Nesse dia, ao contrário do que sucedia
há três anos, os portugueses levantaram-se sem se interrogarem a si próprios e
aos concidadãos acerca dos cortes nos rendimentos que o governo iria fazer para
os empobrecer; qual seria o aumento das taxas moderadoras; quais seriam as
escolas que fechariam assim como os centros de saúde; quanto aumentaria o IMI;
quantos bens públicos passariam para os donos disto tudo; quanto aumentariam as
portagens e os transportes públicos; quanto seria o corte nas pensões e no Serviço
Nacional Saúde; quantos tribunais fechariam; e quanto aumentariam as custas
judiciais; quanto tempo teriam de esperar os advogados do Apoio Judiciário
pelos honorários; quantos enfermeiros emigrariam; quantos portugueses teriam de
se alimentar na sopa dos pobres; quantas crianças iriam para a escola sem comer
porque os pais estavam no desemprego.
O Estado tinha colapsado — em vez de
garantir a coesão social, favorecia o empobrecimento e o enriquecimento da meia
dúzia de tubarões.

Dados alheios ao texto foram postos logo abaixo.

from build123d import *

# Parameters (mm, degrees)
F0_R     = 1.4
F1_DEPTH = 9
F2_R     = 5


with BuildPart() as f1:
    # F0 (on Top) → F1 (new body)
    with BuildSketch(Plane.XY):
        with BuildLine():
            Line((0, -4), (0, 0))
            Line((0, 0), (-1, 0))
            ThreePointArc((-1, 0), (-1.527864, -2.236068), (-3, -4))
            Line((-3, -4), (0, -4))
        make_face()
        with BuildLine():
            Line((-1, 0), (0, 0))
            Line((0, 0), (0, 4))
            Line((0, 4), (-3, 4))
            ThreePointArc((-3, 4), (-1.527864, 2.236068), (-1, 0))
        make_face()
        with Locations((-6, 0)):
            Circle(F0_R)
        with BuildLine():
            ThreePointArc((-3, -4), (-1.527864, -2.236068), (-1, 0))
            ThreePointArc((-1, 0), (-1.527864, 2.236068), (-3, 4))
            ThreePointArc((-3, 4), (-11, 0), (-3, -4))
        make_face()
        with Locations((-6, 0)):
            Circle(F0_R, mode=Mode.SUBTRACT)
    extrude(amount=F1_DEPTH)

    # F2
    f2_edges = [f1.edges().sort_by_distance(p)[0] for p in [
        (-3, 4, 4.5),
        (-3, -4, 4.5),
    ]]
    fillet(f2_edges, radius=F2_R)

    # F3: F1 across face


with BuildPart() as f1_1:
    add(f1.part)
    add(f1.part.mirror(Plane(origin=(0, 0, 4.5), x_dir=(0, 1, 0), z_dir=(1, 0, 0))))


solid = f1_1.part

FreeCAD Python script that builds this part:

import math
import FreeCAD as App
import Part
import Sketcher
from FreeCAD import Vector
Q = App.Units.Quantity


def edges_at(feature, points):
    """Names of the edges that pass closest to the given points."""
    edges = feature.Shape.Edges
    near = lambda p: min(range(len(edges)), key=lambda i: edges[i].distToShape(Part.Vertex(*p))[0])
    return sorted({f"Edge{near(p) + 1}" for p in points})

doc = App.newDocument("Part")
body = doc.addObject("PartDesign::Body", "Body")

# Sketch on XY plane
sketch1 = doc.addObject("Sketcher::SketchObject", "Sketch")
body.addObject(sketch1)
sketch1.AttachmentSupport = (doc.XY_Plane, [""])
sketch1.MapMode = "FlatFace"
sketch1.addGeometry(Part.LineSegment(Vector(0, -4, 0), Vector(0, 4, 0)), False)
sketch1.addGeometry(Part.LineSegment(Vector(0, 4, 0), Vector(-3, 4, 0)), False)
sketch1.addGeometry(Part.ArcOfCircle(Part.Circle(Vector(-6, 0, 0), Vector(0, 0, 1), 5), math.radians(53), math.radians(307)), False)
sketch1.addGeometry(Part.LineSegment(Vector(-3, -4, 0), Vector(0, -4, 0)), False)
sketch1.addGeometry(Part.Circle(Vector(-6, 0, 0), Vector(0, 0, 1), 1.4), False)
sketch1.addConstraint(Sketcher.Constraint("Coincident", 0, 2, 1, 1))
sketch1.addConstraint(Sketcher.Constraint("Coincident", 1, 2, 2, 1))
sketch1.addConstraint(Sketcher.Constraint("Coincident", 2, 2, 3, 1))
sketch1.addConstraint(Sketcher.Constraint("Coincident", 3, 2, 0, 1))
sketch1.addConstraint(Sketcher.Constraint("Vertical", 0))
sketch1.addConstraint(Sketcher.Constraint("Horizontal", 1))
sketch1.addConstraint(Sketcher.Constraint("Horizontal", 3))
sketch1.addConstraint(Sketcher.Constraint("Coincident", 4, 3, 2, 3))
sketch1.addConstraint(Sketcher.Constraint("Symmetric", 0, 2, 3, 2, -1, 1))
sketch1.addConstraint(Sketcher.Constraint("PointOnObject", 2, 3, -1))
sketch1.addConstraint(Sketcher.Constraint("Radius", 2, Q("5 mm")))
sketch1.addConstraint(Sketcher.Constraint("Diameter", 4, Q("2.8 mm")))
sketch1.addConstraint(Sketcher.Constraint("DistanceX", 1, 2, 1, 1, Q("3 mm")))
sketch1.addConstraint(Sketcher.Constraint("DistanceY", 0, 1, 0, 2, Q("8 mm")))
pad1 = doc.addObject("PartDesign::Pad", "Pad")
body.addObject(pad1)
pad1.Profile = sketch1
pad1.Length = 9
doc.recompute()

fillet = doc.addObject("PartDesign::Fillet", "Fillet")
body.addObject(fillet)
fillet.Base = (pad1, edges_at(pad1, [(-3, 4, 4.5), (-3, -4, 4.5)]))
fillet.Radius = 5
body2 = doc.addObject("PartDesign::Body", "Body001")
doc.recompute()

body2.BaseFeature = body
doc.recompute()

mirroring = doc.addObject("Part::Mirroring", "Mirroring")
mirroring.Source = body
mirroring.Base = Vector(0, 0, 4.5)
mirroring.Normal = Vector(1, 0, 0)
body3 = doc.addObject("PartDesign::Body", "Body002")
body3.BaseFeature = mirroring
boolean = doc.addObject("PartDesign::Boolean", "Boolean")
body2.addObject(boolean)
boolean.Type = "Fuse"
boolean.addObjects([body3])
doc.recompute()
mirroring.Visibility = False

doc.recompute()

Em vez de proteger os mais vulneráveis, apadrinhava os
super-ricos para se tornarem mais ricos e os carentes mais carentes. Tirando a
quatro milhões de portugueses umas dezenas ou centenas de euros, entregando-os
aos que criaram e fomentaram a crise, empobreciam a maioria e enriqueceriam os
bilionários e assim, nesta ordem de ideias, se reestabelecia a normalidade e a
pobreza de Portugal torná-lo-ia um dos mais competitivos do mundo.
Este era o sonho cor-de-rosa de Coelho,
Portas, Montenegro, Maria Luís, Vitor Gaspar, Marco António e tutti quanti
se empenharam no empobrecimento do país. O que a coligação Portugal À Frente
levou a cabo foi um verdadeiro Portugal para trás, para níveis de vida de
décadas atrás, tudo com pompa e circunstância.

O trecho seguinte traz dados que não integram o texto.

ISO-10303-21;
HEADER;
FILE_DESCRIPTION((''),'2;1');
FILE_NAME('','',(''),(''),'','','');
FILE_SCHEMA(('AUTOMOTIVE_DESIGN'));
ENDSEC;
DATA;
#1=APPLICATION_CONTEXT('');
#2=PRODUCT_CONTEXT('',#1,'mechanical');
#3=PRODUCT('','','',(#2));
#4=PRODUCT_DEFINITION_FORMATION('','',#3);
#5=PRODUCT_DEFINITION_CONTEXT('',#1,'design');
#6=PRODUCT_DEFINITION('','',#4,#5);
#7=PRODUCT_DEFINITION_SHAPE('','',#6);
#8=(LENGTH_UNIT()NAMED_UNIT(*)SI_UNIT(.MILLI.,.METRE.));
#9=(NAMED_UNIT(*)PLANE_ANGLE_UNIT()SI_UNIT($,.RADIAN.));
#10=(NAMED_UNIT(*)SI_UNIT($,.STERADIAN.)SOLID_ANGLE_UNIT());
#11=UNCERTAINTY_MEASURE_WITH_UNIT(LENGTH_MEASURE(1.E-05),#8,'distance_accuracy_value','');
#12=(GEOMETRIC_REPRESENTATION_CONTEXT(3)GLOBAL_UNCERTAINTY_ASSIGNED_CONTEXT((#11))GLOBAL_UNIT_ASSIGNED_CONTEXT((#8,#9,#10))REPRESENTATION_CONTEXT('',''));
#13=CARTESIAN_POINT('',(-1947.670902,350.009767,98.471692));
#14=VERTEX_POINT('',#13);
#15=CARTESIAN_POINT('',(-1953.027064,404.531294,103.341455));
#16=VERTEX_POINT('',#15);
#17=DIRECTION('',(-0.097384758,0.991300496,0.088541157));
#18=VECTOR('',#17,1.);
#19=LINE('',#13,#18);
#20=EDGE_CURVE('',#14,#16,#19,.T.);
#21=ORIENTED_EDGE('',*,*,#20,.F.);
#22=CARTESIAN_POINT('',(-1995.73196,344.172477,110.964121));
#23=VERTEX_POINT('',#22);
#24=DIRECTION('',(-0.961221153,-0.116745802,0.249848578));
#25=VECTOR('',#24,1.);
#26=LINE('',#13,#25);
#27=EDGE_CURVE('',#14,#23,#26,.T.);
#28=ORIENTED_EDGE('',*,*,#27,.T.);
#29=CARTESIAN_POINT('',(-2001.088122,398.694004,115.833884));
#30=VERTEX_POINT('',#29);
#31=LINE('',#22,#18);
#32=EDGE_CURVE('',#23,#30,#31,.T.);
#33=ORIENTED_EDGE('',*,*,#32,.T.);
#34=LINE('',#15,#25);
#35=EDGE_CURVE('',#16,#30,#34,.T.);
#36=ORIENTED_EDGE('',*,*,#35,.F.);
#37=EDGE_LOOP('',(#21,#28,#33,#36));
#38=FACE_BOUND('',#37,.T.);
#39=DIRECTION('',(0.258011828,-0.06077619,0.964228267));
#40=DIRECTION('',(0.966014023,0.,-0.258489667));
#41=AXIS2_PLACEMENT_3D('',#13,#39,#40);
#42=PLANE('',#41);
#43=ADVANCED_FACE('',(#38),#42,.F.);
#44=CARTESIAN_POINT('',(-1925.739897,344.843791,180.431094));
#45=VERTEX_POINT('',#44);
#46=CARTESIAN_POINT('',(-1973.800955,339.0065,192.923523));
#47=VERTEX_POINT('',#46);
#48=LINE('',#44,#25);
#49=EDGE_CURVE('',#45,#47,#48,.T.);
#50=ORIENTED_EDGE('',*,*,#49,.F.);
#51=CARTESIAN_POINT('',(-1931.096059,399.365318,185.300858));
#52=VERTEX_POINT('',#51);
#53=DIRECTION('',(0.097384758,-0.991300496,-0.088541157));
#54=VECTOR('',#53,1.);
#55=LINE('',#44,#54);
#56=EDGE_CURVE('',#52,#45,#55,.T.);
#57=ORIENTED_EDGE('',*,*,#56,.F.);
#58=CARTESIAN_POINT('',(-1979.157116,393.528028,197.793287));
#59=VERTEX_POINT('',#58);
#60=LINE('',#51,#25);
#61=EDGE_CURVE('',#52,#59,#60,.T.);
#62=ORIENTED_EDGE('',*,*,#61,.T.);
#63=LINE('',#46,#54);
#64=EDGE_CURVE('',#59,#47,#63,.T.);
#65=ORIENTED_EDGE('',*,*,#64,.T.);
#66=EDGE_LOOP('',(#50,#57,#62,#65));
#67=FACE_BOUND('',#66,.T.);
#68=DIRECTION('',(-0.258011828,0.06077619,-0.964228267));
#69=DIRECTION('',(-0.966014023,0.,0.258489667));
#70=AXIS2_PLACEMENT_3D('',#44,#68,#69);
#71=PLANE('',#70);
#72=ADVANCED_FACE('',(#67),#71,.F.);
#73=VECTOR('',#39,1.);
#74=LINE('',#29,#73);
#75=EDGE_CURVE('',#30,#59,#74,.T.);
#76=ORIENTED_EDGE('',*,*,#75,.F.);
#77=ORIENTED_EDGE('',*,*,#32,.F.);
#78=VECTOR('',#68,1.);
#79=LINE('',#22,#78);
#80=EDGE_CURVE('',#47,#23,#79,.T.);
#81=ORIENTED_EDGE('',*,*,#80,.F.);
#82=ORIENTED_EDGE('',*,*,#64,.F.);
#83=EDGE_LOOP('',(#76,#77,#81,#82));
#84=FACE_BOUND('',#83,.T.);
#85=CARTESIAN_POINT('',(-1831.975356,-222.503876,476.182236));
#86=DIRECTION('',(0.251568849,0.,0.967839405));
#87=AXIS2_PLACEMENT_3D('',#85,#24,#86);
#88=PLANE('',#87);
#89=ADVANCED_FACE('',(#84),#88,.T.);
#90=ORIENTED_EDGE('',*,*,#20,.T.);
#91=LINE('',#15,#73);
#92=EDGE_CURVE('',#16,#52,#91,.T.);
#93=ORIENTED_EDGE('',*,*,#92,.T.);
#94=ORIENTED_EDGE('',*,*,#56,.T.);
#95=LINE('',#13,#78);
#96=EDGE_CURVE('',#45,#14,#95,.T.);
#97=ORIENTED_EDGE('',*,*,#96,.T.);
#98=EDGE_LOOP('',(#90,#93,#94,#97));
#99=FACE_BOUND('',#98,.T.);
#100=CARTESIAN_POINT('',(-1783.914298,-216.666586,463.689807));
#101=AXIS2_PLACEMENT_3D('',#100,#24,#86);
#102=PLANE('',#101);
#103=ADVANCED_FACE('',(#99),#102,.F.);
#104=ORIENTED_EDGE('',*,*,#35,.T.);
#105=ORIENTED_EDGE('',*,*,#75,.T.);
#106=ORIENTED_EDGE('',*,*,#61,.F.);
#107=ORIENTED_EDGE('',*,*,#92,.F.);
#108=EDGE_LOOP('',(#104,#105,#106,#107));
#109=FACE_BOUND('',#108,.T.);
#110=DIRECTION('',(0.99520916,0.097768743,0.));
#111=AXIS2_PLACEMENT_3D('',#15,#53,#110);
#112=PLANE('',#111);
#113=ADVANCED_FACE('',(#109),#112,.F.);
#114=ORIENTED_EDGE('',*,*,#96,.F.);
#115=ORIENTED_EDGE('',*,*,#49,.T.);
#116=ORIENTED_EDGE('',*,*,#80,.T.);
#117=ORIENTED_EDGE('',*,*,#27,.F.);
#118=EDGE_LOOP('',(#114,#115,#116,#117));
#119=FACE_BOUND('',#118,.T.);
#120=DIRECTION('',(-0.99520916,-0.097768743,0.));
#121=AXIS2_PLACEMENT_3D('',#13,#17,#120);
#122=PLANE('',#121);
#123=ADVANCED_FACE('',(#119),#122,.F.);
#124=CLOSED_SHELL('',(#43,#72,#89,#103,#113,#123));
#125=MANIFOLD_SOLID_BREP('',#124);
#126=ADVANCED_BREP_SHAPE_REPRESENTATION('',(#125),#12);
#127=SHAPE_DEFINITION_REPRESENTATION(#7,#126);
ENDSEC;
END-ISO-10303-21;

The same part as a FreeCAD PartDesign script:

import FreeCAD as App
import Part
import Sketcher

V = App.Vector


def add_polygon(sketch, points):
    """Adds a closed chain of lines whose ends are joined by coincident constraints."""
    first, n = sketch.GeometryCount, len(points)
    for a, b in zip(points, points[1:] + points[:1]):
        sketch.addGeometry(Part.LineSegment(App.Vector(*a, 0), App.Vector(*b, 0)), False)
    for i in range(n):
        sketch.addConstraint(Sketcher.Constraint("Coincident", first + i, 2, first + (i + 1) % n, 1))

doc = App.newDocument("Part")
body = doc.addObject("PartDesign::Body", "Body")

# Sketch on an angled plane
sketch1 = body.newObject("Sketcher::SketchObject", "Sketch")
sketch1.Placement = App.Placement(V(-1970.034425, 250.688482, 166.146145), App.Rotation(V(0.097384758, -0.991300496, -0.088541157), V(-0.258011828, 0.06077619, -0.964228267), V(0.961221153, 0.116745802, -0.249848578), "ZXY"))
add_polygon(sketch1, [(-145, 66), (-145, -19), (-90, -19), (-90, 66)])  # lines 0-3
sketch1.addConstraint([
    Sketcher.Constraint("Vertical", 0),
    Sketcher.Constraint("Horizontal", 1),
    Sketcher.Constraint("Vertical", 2),
    Sketcher.Constraint("Horizontal", 3),
    Sketcher.Constraint("DistanceX", 1, 1, 1, 2, 55.0),
    Sketcher.Constraint("DistanceY", 0, 2, 0, 1, 85.0),
    Sketcher.Constraint("DistanceX", 0, 2, -1, 1, 145.287398),
    Sketcher.Constraint("DistanceY", 0, 2, -1, 1, 19.480064),
])
pad1 = body.newObject("PartDesign::Pad", "Pad")
pad1.Profile = sketch1
pad1.Length = 50

doc.recompute()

Havia no acordar dos portugueses uma
espécie de angústia porque de cima do altar do poder, o sumo pontífice
anunciava todas estas medidas como punição. Quando os banqueiros e os seus
políticos do arco do governo mandaram gastar, os portugueses, como é bom de
ver, nem sequer precisavam que lhes dissessem.
Porém, vinham agora os do poder brandir
a espada da punição por acreditarem no que lhes anunciaram e lhes ofereceram à
mão de semear: créditos à habitação, para compra de carro, pessoais, para
férias, para comprar tudo e um queijo da serra. Para além da vontade de cada
um, o sistema financeiro cativava os portugueses até ao dia em que Coelho,
Portas, Maria Luís os quiseram punir por terem acreditado no que lhes tinham
prometido. O que interessava era o sistema financeiro.
Quando acordavam há dois ou três anos
atrás tinham um sabor a fel na alma porque pertenciam a um país, a uma pátria,
cujos governantes, como o tal senhor ministro holandês, os tratavam mal e os
mandavam para longe.
Eram as depressões, a pobreza, o
desemprego a crescer, as desesperanças a grassar. E ao mandarem-nos para fora
bajulavam os ricos de fora para tomar conta disto, viessem de onde viessem; o
que contava é que tomassem conta de tudo o que dava lucro.
Havia como que uma cativação geral da
alma e da carteira do país. Todos estavam cativos dos governantes e dos
senhores que mandam na União Europeia. Portugal tinha cá um Estado-maior da
imperatriz Merkel.
Quem cá ficou, ficou mal. E os que
partiram, mal ficaram porque longe do país que deles precisava e onde gostavam
de ficar. Era este o país que colapsava. O país que Passos e Cristas queriam
que não saísse dessa estrada do empobrecimento.
Como já não têm nada para prometer vivem
como os cucos. Sem vergonha, prometem o que espezinharam. Basta-lhes uma
desgraça para ganharem fôlego. Basta-lhes umas dezenas de armas desaparecidas,
não se sabe em que circunstâncias, para se animarem.
Porém, ao levantarem-se, cada dia,
destes últimos dois anos, os portugueses pensam em viver melhor, em recuperar
rendimentos, em lutarem com esperança contra o que está mal. Sem aquela praga
da punição que lhes azedava a alma.
No dia do debate do Estado da Nação,
quem não ouvisse as notícias percorreria o seu quotidiano com a esperança que
perdura, ténue seguramente, mas esperança. Os cucos vieram depois da primavera
se ter ido e aguardam novas desgraças. Os portugueses agarram-se à esperança,
mesmo ténue. Entre a punição e a esperança preferem a última.